» **Collected data**
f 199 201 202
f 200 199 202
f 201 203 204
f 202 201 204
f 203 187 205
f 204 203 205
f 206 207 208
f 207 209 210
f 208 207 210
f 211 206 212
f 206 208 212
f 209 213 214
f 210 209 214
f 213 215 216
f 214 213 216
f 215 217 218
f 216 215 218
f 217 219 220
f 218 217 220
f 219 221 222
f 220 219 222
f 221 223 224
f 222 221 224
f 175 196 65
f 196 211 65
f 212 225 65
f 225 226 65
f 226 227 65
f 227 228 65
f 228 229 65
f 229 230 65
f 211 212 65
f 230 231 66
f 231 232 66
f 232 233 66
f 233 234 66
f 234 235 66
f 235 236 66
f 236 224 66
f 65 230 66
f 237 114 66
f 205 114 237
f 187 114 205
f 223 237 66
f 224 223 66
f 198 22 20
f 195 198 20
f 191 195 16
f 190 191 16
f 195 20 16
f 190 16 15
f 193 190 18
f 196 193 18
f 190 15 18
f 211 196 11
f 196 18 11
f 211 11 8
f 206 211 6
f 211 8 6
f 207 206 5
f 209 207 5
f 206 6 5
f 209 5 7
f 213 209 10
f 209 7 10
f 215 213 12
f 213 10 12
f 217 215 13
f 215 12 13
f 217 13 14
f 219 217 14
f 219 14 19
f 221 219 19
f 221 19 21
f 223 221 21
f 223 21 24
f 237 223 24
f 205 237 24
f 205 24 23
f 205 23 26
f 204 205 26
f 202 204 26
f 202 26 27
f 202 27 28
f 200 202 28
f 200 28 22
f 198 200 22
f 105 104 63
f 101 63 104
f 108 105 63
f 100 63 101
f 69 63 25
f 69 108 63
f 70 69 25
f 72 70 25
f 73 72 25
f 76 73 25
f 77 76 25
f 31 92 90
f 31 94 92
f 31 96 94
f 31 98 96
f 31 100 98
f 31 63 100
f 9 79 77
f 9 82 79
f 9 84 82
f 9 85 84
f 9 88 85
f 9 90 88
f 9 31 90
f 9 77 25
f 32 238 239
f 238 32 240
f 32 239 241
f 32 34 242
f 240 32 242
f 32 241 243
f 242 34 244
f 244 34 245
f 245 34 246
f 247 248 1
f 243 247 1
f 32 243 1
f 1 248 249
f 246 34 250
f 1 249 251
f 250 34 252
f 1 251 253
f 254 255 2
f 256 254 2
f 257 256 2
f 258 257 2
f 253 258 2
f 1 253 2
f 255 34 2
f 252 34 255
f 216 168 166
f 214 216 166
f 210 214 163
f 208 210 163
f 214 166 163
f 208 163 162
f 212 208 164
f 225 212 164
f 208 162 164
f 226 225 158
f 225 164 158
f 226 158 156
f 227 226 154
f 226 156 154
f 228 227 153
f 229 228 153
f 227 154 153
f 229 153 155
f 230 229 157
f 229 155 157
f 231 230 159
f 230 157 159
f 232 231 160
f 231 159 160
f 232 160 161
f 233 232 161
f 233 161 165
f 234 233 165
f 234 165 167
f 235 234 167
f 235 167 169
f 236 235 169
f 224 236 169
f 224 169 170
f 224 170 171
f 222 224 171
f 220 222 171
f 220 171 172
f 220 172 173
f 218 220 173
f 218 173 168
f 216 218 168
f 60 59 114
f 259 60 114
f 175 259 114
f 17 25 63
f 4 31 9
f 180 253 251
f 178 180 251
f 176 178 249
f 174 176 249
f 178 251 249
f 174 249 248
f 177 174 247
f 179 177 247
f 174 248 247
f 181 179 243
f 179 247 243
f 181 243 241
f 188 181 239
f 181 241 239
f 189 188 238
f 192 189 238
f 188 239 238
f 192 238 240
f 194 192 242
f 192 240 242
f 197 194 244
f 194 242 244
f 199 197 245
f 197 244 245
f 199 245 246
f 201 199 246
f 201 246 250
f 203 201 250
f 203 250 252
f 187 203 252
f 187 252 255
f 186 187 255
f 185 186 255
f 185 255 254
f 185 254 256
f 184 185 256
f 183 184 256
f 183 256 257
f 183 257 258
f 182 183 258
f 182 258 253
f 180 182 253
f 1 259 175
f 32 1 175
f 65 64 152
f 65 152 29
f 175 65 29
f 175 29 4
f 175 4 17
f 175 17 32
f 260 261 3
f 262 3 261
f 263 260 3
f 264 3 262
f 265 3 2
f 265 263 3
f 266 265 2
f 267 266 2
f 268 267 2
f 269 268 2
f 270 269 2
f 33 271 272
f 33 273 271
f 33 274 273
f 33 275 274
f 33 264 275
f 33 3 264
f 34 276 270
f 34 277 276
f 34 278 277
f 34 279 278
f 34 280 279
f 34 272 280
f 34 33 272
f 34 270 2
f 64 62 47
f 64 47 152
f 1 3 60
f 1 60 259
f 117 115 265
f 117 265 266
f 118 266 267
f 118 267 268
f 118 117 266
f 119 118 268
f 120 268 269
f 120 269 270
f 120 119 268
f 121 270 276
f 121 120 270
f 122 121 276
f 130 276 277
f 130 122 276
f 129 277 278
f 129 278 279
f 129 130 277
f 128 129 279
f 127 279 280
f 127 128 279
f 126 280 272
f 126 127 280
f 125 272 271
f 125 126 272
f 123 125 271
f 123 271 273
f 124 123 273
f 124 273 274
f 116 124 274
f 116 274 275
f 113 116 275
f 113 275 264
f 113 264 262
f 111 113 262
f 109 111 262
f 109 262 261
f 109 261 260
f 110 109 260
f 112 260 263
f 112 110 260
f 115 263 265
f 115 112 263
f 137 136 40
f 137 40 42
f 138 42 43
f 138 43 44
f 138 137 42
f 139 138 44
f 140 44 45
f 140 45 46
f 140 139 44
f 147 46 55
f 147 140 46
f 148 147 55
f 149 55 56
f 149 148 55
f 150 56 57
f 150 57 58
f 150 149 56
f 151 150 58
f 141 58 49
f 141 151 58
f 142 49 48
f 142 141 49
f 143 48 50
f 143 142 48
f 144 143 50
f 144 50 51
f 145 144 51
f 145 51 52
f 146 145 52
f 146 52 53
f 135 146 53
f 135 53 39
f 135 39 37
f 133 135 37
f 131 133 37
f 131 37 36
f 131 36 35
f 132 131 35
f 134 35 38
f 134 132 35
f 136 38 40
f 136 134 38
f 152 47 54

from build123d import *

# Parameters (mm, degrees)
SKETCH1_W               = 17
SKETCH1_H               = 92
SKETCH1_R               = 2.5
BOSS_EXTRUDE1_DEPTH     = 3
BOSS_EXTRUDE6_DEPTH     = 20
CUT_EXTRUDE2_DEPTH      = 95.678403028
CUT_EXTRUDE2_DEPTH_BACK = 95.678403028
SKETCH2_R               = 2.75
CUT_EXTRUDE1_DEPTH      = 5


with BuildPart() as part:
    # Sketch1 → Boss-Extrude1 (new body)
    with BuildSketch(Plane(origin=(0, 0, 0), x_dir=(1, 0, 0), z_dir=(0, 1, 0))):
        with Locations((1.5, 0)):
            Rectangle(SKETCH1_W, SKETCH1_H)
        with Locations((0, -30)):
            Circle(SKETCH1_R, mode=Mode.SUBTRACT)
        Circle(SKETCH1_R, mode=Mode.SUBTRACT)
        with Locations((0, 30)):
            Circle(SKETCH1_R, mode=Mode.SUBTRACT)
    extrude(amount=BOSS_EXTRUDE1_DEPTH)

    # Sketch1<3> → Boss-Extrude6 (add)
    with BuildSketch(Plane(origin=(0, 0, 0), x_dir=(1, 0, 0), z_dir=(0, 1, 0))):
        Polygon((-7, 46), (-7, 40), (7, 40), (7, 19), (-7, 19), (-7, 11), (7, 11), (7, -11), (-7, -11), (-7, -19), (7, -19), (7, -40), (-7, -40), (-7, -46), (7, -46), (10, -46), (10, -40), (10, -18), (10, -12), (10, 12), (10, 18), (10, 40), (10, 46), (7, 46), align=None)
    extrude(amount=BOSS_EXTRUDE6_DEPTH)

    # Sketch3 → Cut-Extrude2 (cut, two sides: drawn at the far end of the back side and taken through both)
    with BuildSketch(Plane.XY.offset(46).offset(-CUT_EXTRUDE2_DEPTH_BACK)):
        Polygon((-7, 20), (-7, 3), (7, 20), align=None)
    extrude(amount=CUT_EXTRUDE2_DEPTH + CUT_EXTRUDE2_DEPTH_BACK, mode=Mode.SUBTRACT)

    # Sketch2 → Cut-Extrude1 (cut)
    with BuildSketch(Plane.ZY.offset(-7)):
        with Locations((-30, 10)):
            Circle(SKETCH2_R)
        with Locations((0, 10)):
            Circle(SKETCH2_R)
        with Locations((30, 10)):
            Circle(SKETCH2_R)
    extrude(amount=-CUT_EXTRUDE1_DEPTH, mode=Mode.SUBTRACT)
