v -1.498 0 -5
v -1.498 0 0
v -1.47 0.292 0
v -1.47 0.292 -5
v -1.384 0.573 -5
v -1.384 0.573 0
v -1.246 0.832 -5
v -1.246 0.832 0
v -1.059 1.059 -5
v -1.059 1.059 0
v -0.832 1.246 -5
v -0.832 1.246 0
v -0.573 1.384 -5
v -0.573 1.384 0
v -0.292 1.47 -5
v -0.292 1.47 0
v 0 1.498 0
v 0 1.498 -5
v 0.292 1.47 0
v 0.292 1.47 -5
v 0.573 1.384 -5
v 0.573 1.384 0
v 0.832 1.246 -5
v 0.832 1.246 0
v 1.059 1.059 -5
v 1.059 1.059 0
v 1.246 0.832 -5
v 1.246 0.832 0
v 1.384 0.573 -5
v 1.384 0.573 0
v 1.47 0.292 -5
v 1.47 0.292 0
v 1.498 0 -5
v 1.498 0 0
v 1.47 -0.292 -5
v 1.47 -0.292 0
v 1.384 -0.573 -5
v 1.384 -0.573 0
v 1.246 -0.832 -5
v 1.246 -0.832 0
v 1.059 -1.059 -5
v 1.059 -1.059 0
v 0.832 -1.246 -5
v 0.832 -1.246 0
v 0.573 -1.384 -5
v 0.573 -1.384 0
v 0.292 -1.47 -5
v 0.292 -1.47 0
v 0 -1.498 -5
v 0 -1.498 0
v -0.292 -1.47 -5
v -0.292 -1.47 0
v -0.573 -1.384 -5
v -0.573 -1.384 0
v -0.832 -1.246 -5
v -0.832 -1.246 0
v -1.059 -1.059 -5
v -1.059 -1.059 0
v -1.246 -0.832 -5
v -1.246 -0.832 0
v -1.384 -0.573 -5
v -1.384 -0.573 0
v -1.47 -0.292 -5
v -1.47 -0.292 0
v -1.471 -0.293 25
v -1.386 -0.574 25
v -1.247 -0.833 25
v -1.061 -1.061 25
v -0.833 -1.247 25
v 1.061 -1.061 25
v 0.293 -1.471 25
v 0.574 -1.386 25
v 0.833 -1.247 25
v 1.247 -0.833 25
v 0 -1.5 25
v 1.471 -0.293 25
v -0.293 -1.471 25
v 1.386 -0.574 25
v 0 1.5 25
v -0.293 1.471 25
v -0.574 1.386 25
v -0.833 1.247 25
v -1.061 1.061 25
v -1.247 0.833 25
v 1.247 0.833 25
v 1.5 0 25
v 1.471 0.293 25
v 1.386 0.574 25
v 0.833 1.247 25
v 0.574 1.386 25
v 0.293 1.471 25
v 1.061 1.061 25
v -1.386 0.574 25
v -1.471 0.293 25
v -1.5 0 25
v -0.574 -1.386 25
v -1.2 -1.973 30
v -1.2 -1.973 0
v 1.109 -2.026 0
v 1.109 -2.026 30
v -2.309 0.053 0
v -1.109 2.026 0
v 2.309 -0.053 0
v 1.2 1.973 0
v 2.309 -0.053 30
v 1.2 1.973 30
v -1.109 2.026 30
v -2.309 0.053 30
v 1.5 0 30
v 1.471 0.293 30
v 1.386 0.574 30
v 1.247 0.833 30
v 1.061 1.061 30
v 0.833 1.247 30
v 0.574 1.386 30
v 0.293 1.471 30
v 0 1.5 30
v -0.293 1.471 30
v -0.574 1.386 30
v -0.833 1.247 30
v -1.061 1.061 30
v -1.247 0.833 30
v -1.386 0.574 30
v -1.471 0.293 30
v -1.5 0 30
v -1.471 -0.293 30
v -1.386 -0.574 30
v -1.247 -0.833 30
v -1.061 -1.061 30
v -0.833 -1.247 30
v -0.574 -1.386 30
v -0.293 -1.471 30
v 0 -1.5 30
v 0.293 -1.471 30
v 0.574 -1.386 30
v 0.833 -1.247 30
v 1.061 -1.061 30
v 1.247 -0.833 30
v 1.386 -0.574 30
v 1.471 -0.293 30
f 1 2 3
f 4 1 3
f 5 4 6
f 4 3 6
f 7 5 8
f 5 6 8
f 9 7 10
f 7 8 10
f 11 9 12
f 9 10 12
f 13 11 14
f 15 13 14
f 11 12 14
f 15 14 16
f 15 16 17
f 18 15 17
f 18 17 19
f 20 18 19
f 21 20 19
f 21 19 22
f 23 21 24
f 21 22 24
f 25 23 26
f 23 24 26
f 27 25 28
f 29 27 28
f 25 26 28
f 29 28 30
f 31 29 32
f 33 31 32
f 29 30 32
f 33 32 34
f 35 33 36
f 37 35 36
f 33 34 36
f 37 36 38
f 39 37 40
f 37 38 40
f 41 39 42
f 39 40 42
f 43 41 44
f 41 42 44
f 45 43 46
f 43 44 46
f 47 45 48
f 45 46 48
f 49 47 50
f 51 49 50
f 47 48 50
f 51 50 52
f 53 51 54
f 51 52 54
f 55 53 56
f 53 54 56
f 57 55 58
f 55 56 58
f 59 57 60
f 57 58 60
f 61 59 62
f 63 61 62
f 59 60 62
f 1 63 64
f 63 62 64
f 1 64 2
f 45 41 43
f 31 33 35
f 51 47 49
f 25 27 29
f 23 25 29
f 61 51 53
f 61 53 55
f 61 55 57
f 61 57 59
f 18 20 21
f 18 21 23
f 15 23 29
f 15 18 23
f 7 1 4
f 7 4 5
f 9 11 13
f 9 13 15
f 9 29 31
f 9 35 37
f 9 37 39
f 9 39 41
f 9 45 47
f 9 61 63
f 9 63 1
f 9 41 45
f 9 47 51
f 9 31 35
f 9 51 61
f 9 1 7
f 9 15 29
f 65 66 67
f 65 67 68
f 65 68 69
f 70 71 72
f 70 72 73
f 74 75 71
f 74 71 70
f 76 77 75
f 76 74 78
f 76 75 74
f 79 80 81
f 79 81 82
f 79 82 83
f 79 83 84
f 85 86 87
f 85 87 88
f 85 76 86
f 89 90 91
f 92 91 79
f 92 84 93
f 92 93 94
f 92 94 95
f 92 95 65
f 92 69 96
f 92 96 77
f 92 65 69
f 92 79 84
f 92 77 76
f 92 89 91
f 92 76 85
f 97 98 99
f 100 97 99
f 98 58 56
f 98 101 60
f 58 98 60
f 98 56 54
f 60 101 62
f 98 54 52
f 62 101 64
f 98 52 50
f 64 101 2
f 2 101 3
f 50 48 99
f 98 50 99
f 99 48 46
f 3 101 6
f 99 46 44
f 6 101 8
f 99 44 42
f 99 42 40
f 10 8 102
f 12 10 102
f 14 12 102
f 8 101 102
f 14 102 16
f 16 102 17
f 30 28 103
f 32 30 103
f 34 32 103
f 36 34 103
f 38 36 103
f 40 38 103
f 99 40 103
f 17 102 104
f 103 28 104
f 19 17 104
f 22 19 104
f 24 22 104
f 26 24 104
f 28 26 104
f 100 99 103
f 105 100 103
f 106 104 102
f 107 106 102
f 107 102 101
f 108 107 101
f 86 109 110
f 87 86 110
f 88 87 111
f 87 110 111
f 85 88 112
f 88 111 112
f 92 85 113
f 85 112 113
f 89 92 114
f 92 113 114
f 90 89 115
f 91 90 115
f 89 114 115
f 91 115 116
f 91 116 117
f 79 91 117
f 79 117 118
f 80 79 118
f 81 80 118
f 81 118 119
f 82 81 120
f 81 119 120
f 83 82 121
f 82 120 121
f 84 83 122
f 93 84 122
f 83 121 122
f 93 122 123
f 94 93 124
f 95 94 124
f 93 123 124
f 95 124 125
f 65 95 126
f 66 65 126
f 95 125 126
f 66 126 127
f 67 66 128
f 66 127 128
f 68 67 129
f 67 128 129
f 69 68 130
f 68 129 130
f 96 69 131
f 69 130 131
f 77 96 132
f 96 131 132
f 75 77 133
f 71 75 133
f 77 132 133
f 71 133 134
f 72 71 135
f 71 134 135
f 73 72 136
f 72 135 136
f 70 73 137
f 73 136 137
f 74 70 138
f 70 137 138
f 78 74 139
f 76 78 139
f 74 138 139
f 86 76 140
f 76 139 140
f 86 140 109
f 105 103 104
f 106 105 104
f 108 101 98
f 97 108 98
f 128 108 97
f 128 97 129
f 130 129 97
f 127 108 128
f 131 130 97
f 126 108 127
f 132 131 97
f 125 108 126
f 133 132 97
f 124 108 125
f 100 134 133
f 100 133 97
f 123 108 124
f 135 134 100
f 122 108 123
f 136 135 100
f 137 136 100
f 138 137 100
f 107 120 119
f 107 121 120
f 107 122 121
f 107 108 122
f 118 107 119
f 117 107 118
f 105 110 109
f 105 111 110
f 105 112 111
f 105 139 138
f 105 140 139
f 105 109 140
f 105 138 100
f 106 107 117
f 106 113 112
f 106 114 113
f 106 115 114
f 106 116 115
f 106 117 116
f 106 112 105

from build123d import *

# Parameters (mm, degrees)
EXTRUDE_2_DEPTH     = 30
SKETCH_5_R          = 1.498354352
EXTRUDE_3_DEPTH     = 5
SKETCH_6_R          = 1.5
CUT_EXTRUDE_1_DEPTH = 5


with BuildPart() as part:
    # 草图4 → 凸台-拉伸2 (new body)
    with BuildSketch(Plane.XY):
        Polygon((1.108848503, -2.025780919), (2.30880199, -0.052599487), (1.199953487, 1.973181432), (-1.108848503, 2.025780919), (-2.30880199, 0.052599487), (-1.199953487, -1.973181432), align=None)
    extrude(amount=EXTRUDE_2_DEPTH)

    # 草图5 → 凸台-拉伸3 (add)
    with BuildSketch(Plane(origin=(0, 0, 0), x_dir=(-1, 0, 0), z_dir=(0, 0, -1))):
        Circle(SKETCH_5_R)
    extrude(amount=EXTRUDE_3_DEPTH)

    # 草图6 → 切除-拉伸1 (cut)
    with BuildSketch(Plane.XY.offset(30)):
        Circle(SKETCH_6_R)
    extrude(amount=-CUT_EXTRUDE_1_DEPTH, mode=Mode.SUBTRACT)


solid = part.part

» **Exercise**
From the records above, copy every line that holds the word "Locations".

» **Task response**
        with Locations((1.5, 0)):
        with Locations((0, -30)):
        with Locations((0, 30)):
        with Locations((-30, 10)):
        with Locations((0, 10)):
        with Locations((30, 10)):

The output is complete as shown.